* Your instructions
Reproduce the opening lines of the records exactly, please, stopping after the line that contains "v 39.164 30.126 2".

==== Task inputs ====

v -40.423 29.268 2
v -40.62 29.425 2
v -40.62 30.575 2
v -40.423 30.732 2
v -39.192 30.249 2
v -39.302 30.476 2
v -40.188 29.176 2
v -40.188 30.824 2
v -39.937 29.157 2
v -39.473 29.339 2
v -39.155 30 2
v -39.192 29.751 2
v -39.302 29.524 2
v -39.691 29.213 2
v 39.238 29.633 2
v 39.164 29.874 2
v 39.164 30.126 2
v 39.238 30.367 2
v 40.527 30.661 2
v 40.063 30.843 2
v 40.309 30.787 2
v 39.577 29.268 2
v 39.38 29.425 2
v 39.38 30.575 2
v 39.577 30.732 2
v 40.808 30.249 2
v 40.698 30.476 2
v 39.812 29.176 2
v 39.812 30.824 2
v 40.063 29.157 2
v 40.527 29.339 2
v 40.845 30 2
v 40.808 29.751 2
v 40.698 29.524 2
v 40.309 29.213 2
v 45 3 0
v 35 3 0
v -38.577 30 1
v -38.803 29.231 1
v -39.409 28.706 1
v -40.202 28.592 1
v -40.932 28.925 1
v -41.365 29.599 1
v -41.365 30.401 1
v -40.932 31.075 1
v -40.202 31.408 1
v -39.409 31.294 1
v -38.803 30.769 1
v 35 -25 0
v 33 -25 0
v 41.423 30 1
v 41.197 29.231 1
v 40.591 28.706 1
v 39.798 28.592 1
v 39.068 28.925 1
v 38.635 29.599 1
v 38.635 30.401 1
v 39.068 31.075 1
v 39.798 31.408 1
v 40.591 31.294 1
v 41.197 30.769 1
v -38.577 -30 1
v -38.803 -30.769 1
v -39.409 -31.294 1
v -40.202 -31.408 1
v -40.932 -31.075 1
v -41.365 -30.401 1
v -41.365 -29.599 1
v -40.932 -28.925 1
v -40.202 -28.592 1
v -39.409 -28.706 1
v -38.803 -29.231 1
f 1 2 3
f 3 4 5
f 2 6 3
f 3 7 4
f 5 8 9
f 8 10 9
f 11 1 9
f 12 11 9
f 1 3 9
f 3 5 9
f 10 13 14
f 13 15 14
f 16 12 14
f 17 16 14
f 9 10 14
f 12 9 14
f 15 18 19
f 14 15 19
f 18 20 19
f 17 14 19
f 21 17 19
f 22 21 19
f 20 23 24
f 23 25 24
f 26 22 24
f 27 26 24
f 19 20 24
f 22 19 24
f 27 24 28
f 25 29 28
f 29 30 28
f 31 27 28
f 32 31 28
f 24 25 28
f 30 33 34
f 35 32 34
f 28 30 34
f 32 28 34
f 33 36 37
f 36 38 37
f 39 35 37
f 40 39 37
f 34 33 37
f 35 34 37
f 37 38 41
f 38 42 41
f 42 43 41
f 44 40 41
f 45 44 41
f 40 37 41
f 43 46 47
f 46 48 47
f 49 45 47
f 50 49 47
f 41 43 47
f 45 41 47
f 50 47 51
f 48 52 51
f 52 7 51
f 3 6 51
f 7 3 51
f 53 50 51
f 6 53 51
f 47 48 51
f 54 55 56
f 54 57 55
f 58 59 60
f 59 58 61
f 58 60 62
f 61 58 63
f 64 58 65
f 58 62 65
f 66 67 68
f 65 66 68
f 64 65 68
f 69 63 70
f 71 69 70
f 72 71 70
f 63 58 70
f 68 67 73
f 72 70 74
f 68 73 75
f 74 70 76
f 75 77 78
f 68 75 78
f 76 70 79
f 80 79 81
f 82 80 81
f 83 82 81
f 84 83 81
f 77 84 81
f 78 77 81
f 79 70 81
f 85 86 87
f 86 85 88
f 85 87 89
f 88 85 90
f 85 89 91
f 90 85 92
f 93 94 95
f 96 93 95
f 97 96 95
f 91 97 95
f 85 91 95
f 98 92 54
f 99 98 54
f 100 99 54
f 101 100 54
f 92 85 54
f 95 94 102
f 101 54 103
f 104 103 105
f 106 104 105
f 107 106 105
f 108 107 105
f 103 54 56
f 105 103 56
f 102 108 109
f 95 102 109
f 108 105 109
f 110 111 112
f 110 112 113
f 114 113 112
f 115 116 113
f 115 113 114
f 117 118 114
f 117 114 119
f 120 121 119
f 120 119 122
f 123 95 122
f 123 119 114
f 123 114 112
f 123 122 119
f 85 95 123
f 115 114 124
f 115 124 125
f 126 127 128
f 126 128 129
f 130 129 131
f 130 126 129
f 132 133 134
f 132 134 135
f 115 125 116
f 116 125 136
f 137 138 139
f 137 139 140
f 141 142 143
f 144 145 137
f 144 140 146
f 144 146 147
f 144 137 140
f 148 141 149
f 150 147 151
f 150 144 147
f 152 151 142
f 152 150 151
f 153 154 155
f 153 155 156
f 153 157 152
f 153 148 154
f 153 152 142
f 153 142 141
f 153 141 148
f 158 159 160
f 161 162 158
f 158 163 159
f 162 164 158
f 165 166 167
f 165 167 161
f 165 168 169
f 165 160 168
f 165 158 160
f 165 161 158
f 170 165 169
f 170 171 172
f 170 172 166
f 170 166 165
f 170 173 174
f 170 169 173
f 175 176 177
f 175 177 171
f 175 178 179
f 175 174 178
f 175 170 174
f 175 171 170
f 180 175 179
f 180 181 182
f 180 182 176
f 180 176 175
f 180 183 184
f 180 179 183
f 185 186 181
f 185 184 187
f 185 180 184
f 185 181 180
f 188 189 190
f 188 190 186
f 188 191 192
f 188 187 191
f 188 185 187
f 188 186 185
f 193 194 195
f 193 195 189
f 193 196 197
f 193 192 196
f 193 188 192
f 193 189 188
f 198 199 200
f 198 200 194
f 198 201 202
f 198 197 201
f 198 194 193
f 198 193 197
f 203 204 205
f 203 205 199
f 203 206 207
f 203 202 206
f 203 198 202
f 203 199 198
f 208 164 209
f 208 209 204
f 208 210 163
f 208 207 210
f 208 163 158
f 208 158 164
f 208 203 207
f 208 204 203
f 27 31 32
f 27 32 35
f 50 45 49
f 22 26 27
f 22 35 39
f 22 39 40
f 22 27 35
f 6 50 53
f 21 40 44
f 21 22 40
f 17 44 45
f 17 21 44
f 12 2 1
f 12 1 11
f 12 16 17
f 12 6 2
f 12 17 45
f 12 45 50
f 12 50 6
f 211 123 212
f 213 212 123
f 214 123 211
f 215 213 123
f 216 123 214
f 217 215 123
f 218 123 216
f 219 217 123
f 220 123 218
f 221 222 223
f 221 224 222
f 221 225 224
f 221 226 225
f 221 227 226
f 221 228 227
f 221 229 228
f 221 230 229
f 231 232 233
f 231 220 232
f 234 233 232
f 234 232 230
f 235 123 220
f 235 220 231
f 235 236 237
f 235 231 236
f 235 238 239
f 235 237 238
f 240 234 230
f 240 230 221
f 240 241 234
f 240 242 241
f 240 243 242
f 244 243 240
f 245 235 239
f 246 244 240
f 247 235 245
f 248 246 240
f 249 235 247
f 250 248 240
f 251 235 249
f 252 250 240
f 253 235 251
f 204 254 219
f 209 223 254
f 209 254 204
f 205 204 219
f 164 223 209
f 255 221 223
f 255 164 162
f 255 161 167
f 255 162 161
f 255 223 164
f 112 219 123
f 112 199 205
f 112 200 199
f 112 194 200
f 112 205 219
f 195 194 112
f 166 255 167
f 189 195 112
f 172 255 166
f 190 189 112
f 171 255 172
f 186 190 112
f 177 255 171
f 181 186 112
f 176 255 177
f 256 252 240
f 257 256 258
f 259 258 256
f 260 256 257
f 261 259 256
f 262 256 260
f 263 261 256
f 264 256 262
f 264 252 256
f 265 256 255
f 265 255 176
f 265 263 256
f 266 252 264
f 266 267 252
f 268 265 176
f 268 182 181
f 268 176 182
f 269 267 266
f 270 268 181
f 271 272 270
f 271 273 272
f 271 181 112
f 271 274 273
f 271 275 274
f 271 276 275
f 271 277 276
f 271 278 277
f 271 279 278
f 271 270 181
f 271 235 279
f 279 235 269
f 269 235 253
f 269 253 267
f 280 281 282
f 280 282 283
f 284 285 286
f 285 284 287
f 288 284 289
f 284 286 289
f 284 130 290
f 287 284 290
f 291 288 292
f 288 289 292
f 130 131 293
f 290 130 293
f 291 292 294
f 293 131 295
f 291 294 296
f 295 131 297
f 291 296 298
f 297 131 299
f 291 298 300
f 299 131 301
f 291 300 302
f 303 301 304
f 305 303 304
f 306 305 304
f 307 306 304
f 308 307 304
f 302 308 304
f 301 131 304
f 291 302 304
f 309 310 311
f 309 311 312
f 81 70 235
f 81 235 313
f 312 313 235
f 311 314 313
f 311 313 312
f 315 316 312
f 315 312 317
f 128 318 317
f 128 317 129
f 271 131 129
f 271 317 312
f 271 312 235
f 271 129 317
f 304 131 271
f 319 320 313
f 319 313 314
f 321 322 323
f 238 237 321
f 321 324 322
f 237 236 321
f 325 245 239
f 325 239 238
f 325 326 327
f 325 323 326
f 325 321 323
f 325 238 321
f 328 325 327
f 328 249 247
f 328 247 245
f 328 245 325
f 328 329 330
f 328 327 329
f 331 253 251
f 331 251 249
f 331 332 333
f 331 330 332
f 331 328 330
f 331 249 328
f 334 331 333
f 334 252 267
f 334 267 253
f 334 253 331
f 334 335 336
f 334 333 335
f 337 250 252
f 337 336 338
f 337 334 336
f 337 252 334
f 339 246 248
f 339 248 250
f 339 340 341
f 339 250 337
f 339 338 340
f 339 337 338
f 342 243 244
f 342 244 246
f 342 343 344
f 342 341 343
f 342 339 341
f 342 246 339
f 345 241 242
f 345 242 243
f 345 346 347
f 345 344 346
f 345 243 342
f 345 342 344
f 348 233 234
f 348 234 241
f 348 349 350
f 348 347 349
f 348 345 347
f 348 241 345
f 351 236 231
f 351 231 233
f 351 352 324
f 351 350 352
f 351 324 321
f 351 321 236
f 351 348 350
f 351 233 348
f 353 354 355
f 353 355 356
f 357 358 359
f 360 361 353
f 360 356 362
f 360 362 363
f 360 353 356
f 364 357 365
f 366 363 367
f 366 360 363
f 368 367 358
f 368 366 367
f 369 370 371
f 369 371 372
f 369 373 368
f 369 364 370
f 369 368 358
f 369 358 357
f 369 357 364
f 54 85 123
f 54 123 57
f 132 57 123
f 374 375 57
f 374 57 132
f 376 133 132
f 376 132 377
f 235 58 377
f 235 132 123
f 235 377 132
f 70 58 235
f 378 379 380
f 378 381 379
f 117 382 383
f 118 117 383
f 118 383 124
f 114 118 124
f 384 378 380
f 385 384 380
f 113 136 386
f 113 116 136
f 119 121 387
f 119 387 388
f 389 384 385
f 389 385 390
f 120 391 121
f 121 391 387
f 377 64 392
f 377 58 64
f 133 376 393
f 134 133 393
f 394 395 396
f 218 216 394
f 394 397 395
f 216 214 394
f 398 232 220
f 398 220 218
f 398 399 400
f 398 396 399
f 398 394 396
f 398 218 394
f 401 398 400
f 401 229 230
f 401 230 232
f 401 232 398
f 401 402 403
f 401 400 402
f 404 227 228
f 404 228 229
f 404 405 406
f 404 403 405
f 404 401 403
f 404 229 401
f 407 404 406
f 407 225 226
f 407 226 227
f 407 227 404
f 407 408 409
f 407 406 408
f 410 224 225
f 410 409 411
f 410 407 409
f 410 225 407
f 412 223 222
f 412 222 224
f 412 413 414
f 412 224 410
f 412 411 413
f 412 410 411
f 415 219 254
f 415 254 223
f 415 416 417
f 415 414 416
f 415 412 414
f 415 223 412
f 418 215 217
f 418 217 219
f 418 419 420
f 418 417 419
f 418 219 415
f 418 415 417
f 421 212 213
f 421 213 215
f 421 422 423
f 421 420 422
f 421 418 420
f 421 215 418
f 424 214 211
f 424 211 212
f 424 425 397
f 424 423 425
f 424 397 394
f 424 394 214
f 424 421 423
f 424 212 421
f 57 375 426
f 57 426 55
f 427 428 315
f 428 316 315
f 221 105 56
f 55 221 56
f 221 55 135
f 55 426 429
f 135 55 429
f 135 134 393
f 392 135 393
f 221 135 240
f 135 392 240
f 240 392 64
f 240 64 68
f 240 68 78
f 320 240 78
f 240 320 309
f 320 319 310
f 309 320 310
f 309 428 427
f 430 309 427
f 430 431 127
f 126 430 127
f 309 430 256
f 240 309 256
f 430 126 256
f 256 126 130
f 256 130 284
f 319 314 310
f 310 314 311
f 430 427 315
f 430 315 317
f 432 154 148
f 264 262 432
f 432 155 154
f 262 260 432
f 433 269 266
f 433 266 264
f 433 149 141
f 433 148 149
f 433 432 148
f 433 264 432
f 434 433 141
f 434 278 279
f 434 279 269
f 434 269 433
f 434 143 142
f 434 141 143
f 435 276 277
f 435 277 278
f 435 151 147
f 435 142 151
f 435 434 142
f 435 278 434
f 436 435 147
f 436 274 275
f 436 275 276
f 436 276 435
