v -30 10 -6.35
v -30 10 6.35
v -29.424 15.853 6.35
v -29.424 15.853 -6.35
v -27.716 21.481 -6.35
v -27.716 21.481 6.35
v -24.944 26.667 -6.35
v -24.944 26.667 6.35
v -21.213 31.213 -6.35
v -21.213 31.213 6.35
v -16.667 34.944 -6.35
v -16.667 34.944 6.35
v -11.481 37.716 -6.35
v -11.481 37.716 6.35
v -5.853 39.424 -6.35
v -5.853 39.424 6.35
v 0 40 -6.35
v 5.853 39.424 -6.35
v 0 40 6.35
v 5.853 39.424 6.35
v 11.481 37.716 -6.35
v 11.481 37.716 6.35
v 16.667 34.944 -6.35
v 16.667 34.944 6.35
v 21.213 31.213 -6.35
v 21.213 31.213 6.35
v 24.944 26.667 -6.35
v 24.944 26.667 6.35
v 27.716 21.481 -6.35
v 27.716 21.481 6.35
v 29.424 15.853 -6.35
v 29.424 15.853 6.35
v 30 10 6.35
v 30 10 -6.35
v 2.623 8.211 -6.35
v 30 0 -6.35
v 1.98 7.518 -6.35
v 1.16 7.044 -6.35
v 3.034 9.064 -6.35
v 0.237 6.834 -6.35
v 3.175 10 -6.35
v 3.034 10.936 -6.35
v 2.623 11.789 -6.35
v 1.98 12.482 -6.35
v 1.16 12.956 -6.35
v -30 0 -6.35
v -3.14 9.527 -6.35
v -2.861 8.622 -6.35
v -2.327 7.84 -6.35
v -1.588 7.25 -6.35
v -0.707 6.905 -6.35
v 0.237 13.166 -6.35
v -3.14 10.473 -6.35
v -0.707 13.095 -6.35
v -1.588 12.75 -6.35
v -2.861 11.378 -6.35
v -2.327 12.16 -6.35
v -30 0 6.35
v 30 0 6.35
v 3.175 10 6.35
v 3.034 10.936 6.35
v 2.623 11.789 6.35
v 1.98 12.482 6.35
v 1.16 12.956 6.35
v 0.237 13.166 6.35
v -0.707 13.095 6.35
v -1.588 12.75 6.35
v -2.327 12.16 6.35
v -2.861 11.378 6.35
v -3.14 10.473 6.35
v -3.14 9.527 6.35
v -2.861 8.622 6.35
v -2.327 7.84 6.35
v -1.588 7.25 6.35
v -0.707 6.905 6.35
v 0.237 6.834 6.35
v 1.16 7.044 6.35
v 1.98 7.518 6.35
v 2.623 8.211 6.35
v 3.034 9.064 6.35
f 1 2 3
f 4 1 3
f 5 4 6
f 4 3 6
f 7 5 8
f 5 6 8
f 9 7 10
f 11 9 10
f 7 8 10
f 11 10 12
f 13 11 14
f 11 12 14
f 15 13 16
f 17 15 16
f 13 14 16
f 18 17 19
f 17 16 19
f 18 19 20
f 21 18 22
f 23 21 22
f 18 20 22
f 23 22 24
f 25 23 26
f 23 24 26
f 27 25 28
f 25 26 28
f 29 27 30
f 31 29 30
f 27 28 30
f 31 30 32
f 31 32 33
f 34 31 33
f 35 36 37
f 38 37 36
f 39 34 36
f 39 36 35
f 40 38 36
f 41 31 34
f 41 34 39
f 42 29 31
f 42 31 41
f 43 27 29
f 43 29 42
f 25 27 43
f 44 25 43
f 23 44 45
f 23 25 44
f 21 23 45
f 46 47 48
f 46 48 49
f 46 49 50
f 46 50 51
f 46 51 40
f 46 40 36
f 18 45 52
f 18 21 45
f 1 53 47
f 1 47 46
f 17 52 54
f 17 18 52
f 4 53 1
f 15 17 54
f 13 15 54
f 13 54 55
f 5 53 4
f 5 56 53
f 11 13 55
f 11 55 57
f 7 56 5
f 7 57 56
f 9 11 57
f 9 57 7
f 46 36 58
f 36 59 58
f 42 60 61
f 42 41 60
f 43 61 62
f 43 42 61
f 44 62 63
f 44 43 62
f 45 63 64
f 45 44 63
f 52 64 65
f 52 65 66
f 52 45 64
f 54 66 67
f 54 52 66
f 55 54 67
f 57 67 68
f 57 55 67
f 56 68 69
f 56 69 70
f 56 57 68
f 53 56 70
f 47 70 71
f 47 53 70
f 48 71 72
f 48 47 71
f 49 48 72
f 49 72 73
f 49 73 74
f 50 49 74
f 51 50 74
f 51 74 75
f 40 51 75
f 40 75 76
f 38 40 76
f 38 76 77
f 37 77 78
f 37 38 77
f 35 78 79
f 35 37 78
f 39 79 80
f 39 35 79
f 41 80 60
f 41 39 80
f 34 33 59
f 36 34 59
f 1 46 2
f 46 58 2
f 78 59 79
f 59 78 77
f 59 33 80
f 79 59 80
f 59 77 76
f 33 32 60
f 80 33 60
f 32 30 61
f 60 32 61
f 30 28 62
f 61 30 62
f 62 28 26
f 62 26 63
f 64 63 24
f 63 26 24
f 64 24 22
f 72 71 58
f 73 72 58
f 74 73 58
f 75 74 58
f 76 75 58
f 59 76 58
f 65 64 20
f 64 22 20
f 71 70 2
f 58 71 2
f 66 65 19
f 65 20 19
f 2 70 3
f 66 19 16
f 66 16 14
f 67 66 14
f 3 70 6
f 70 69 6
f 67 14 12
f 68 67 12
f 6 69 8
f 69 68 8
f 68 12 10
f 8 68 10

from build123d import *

# Parameters (mm, degrees)
CROQUIS1_R              = 3.175
SALIENTE_EXTRUIR1_DEPTH = 6.35


with BuildPart() as part:
    # Croquis1 → Saliente-Extruir1 (new, symmetric)
    with BuildSketch(Plane.XY):
        with BuildLine():
            Line((30, 10), (30, 0))
            Line((30, 0), (-30, 0))
            Line((-30, 0), (-30, 10))
            ThreePointArc((-30, 10), (0, 40), (30, 10))
        make_face()
        with Locations((0, 10)):
            Circle(CROQUIS1_R, mode=Mode.SUBTRACT)
    extrude(amount=SALIENTE_EXTRUIR1_DEPTH, both=True)


solid = part.part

====

* Answer for this exercise
v -40.423 29.268 2
v -40.62 29.425 2
v -40.62 30.575 2
v -40.423 30.732 2
v -39.192 30.249 2
v -39.302 30.476 2
v -40.188 29.176 2
v -40.188 30.824 2
v -39.937 29.157 2
v -39.473 29.339 2
v -39.155 30 2
v -39.192 29.751 2
v -39.302 29.524 2
v -39.691 29.213 2
v 39.238 29.633 2
v 39.164 29.874 2
v 39.164 30.126 2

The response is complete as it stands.